Sounds like you bought it retail? Have the shop fix it. Should be a warranty thing.

It might not hurt to have them retension both wheels. You might have to kick in some more money for that.


----------



## Mr645 (Jun 14, 2013)

Sounds like my first bike that I bought at Sport Authority. It was a decent Diamondback comfort bike, but after three trips to have them fix poor shifting and a rubbing front brake, and waiting 2-3 days for it each time, I took it to a nearby real bike shop and for $30 they fixed everything in 30 minutes.


----------



## Social Climber (Jan 16, 2013)

Wheel needs to be trued. It is a common adjustment although a new wheel should not go out of true so quickly. New wheels don't "settle." It may not have been trued correctly when you first bought it. Have them fix it. At 260 you may be close to or above the maximum weight tolerance for those wheels. Can you check the manufacturer's specs?


----------



## mikerp (Jul 24, 2011)

There will definitely be some settling with a factory built bike. No sense in buying new equipment, depending on where you bought it have the shop where you bought it true it up or take it to regular bike repair shop (if you bought it from a big box store that doesn't service).


----------



## Northerngal (Sep 10, 2013)

Thanks for the input. Bought it at a private sporting goods store with a service shop. Unfortunately I live in small town, USA and it's 90 miles to said, or any, bike shop. There is no lbs here. When I called them to ask about the wheel, they said they would tighten the spokes or an alternative was to trade up to a bike with double wall rims since I'm so far away and can't run in every other day for maintenance. Is he just trying to make a better sale or are double wall rims much better? It came with Weinmann CN520 rims, but I don't know how good those are.


----------



## AndrwSwitch (May 28, 2009)

Double-walled rims are much better.

Weinmann is an old Belgian brand that got bought out by a Chinese company. While all their rims are inexpensive, some are perfectly good, depending on application, and some are not so good. Do you have rim or disc brakes?

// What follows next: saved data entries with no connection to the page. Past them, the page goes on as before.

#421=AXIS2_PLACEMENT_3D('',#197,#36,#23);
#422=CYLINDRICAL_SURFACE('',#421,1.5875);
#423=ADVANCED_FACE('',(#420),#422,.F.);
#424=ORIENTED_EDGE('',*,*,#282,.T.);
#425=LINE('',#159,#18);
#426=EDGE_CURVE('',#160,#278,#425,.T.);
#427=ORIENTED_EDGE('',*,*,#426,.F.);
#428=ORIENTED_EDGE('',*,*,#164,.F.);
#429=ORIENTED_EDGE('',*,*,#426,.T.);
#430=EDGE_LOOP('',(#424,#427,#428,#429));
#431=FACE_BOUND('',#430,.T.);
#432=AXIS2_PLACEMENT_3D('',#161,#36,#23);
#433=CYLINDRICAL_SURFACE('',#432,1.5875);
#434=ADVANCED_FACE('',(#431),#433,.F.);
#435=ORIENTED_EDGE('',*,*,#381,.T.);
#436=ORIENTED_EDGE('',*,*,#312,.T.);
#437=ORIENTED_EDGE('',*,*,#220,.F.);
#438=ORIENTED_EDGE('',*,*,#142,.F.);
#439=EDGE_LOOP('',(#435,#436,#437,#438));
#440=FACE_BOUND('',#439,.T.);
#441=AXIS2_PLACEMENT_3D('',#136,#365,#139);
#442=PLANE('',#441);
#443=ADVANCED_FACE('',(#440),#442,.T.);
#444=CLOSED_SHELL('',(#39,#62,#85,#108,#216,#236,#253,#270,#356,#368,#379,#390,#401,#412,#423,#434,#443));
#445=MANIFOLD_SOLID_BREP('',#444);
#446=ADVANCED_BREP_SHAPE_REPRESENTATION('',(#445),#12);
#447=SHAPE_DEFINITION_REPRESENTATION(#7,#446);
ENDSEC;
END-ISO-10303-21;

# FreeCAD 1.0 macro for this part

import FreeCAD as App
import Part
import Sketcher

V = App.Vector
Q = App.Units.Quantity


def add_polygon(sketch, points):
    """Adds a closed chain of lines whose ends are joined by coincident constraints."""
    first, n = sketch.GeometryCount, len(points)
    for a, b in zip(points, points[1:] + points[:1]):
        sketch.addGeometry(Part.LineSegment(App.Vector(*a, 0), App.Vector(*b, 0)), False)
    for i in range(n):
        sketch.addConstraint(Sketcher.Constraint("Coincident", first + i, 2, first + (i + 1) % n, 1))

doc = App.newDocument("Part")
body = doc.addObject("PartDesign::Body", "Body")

If you get new wheels, spend the money to get a set with either sealed bearing or Shimano hubs. Sealed bearing hubs are relatively foolproof. Shimano still uses adjustable bearings, but they're pretty well executed from Deore hubs up. When other brands do adjustable bearings, they're typically (IME) pretty poorly designed and manufactured.


----------



## Northerngal (Sep 10, 2013)

It's got rim brakes. He wants to upgrade me to the Detour 4.5 for $200 more which has Weinmann XC260 Double Wall rims on it, as well as a few other bells and whistles. Others have told me to forget Raleigh and go for Trek or Specialized bikes with double walled rims. It's the wheels I don't want to have to worry about anymore, so thanks for the advice.


----------



## Northerngal (Sep 10, 2013)

They don't have weight limits on specific bikes listed, just types of bikes and said limit is 300, but I'm thinking I probably am close to the limit, so I'm looking at getting different wheels, either separately or by getting a different bike.


----------



## Randy99CL (Mar 27, 2013)

That is a relatively inexpensive bike so the wheels may not have been tensioned well from the factory. I'd get the wheels trued, they make be OK after that.
They do have 36 spokes so they should be good for your weight as long as the rims are strong enough.

Buying decent wheels will likely cost around $150 plus shipping so you may be better off upgrading to the better bike. 
These look good: Vuelta Corsa HD Road Wheelset - Road Bike Wheels / Wheelsets


----------



## Randy99CL (Mar 27, 2013)

I just compared the 2.5 and 4.5 and you actually get a lot for the extra $200. 

It's not good that the 2.5 is only 7-speed.
If you'll be riding on hills you'd probably appreciate the triple chainrings on the 4.5 because it has lower gears that will make it easier to pedal and more fun to ride.
The 4.5 may be lighter with the aluminum frame and fork; the 2.5 is steel. A lighter bike is easier to pedal up hills.
Otherwise, a lot of the components are better than what is on the 2.5, including the wheels. I think you'd be much happier with the 4.5 in the long run if you can afford it.


----------



## Northerngal (Sep 10, 2013)

Thanks.


----------